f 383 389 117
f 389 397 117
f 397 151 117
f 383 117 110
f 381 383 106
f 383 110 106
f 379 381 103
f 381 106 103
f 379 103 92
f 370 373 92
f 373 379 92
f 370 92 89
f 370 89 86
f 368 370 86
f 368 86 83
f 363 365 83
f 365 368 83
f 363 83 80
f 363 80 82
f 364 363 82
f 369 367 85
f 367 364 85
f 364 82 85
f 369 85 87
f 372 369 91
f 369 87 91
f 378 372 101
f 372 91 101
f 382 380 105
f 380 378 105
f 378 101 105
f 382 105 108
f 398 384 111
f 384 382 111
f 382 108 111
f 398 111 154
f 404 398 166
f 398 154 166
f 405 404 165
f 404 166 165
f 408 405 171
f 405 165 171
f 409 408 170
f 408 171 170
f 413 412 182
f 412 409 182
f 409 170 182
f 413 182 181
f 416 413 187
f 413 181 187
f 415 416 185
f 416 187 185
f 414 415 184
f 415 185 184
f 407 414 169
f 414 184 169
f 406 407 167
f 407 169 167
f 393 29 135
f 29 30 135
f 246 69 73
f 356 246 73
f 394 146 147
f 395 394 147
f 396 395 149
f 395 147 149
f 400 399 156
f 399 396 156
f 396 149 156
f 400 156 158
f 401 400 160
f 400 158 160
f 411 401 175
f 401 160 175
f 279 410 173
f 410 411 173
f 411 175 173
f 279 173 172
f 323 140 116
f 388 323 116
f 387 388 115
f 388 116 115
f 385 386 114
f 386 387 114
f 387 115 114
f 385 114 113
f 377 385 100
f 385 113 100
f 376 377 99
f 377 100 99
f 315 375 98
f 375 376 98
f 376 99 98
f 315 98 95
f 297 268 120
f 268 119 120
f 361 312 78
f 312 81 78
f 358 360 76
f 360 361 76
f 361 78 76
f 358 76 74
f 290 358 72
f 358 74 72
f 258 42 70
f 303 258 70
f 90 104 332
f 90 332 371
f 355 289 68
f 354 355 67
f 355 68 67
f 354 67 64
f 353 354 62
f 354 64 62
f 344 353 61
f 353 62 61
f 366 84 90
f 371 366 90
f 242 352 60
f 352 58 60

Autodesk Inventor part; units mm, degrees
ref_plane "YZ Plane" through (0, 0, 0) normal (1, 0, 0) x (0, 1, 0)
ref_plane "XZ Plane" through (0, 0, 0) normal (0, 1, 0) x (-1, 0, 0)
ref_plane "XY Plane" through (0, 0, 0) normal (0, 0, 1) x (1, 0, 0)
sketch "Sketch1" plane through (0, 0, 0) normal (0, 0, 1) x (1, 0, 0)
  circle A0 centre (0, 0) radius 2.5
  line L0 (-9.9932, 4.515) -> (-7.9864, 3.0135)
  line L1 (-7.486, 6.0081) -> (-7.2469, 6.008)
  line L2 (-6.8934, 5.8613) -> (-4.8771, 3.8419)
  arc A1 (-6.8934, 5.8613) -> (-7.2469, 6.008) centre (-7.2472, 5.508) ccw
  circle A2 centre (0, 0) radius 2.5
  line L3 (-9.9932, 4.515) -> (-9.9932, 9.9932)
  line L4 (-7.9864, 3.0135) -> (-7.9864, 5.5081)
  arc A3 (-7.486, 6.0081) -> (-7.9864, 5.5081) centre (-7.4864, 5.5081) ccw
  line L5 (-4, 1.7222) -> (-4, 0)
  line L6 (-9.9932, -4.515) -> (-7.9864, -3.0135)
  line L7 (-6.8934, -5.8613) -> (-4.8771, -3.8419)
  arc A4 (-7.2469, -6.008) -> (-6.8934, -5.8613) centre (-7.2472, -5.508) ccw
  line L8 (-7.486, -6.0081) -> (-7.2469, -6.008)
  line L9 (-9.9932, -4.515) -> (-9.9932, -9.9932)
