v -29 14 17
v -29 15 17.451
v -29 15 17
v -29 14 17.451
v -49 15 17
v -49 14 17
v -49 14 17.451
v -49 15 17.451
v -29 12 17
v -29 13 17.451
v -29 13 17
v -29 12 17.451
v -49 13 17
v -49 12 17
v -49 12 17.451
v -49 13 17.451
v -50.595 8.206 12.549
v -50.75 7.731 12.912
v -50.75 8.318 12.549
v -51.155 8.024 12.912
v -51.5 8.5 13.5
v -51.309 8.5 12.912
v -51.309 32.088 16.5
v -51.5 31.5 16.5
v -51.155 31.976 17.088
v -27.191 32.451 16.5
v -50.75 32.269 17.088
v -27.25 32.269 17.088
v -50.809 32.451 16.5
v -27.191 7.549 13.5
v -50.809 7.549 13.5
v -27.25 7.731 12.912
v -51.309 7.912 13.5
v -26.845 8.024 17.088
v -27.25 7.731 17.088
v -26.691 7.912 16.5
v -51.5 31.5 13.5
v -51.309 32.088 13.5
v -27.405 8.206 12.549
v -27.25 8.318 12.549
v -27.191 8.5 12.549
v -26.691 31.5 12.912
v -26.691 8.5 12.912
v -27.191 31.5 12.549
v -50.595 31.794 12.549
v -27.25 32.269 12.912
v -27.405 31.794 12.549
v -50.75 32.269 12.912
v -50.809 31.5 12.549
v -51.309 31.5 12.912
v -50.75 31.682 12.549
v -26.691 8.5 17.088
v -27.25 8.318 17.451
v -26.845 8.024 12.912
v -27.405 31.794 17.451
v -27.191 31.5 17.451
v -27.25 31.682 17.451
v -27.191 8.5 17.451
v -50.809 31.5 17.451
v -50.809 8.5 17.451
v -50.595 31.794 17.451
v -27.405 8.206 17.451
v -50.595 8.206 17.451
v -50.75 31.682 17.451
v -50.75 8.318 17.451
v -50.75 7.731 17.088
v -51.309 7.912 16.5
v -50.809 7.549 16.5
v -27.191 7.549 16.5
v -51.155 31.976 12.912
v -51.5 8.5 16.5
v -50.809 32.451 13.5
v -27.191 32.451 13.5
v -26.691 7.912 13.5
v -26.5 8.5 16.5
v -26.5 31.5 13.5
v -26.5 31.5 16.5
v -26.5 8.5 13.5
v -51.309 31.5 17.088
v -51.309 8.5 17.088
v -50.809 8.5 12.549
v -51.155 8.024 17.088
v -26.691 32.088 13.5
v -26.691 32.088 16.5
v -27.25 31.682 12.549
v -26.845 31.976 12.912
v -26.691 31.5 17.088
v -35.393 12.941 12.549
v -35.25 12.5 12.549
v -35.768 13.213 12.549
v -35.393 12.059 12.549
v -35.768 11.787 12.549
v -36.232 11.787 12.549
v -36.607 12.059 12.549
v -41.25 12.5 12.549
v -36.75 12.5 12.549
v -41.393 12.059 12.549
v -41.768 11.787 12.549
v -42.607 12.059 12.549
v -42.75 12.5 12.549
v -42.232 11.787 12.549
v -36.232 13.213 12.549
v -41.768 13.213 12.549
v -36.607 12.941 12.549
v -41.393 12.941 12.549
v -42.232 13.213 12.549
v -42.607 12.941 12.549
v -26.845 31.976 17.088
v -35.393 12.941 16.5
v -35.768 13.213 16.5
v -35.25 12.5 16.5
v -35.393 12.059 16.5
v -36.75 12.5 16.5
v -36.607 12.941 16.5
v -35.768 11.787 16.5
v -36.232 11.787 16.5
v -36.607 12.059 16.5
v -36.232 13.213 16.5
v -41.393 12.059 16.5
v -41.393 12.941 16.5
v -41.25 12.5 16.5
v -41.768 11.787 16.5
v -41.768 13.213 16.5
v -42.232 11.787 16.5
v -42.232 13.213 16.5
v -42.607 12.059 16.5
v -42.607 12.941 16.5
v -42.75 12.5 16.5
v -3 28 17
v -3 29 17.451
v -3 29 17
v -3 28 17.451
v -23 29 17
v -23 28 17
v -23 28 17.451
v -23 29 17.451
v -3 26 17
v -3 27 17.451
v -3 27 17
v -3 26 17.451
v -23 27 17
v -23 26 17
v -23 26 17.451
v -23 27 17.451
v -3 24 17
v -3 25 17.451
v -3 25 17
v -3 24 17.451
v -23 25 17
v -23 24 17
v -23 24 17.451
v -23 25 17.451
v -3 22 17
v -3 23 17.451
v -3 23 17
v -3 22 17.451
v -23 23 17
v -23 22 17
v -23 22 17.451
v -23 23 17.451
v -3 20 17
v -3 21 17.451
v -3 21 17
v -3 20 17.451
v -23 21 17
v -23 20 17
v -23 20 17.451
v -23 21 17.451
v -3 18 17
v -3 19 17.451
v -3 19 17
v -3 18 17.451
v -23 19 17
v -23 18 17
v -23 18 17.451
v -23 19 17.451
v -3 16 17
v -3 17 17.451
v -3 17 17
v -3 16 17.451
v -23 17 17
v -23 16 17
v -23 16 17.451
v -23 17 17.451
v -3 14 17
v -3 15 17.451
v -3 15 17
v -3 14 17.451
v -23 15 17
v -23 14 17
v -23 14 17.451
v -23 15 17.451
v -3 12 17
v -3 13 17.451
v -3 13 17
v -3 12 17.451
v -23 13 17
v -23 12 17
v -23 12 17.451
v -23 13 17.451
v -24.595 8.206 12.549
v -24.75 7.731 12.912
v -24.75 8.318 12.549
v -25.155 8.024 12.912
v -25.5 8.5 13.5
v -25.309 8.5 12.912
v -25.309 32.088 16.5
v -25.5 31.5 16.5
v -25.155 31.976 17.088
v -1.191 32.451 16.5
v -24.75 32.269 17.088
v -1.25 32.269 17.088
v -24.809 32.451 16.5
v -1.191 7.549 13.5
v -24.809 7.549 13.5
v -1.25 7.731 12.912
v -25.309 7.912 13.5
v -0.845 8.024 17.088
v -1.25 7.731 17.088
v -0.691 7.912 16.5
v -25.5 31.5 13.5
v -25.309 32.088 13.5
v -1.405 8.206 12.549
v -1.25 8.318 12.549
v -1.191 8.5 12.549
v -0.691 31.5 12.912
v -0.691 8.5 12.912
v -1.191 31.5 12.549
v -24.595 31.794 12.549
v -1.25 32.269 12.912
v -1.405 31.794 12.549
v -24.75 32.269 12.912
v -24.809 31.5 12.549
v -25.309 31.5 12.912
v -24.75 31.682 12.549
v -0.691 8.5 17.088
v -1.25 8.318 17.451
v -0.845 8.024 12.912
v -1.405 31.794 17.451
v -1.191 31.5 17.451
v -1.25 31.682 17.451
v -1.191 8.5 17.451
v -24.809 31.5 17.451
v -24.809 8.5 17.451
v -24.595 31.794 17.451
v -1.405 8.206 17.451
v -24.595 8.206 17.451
====================
> **Aim of the task**
Copy out, from the records above, every line that holds the string "normal".

> **Expected answer**
ref_plane "YZ Plane" through (0, 0, 0) normal (1, 0, 0) x (0, 1, 0)
ref_plane "XZ Plane" through (0, 0, 0) normal (0, 1, 0) x (-1, 0, 0)
ref_plane "XY Plane" through (0, 0, 0) normal (0, 0, 1) x (1, 0, 0)
sketch "Sketch1" plane through (0, 0, 0) normal (0, 0, 1) x (1, 0, 0)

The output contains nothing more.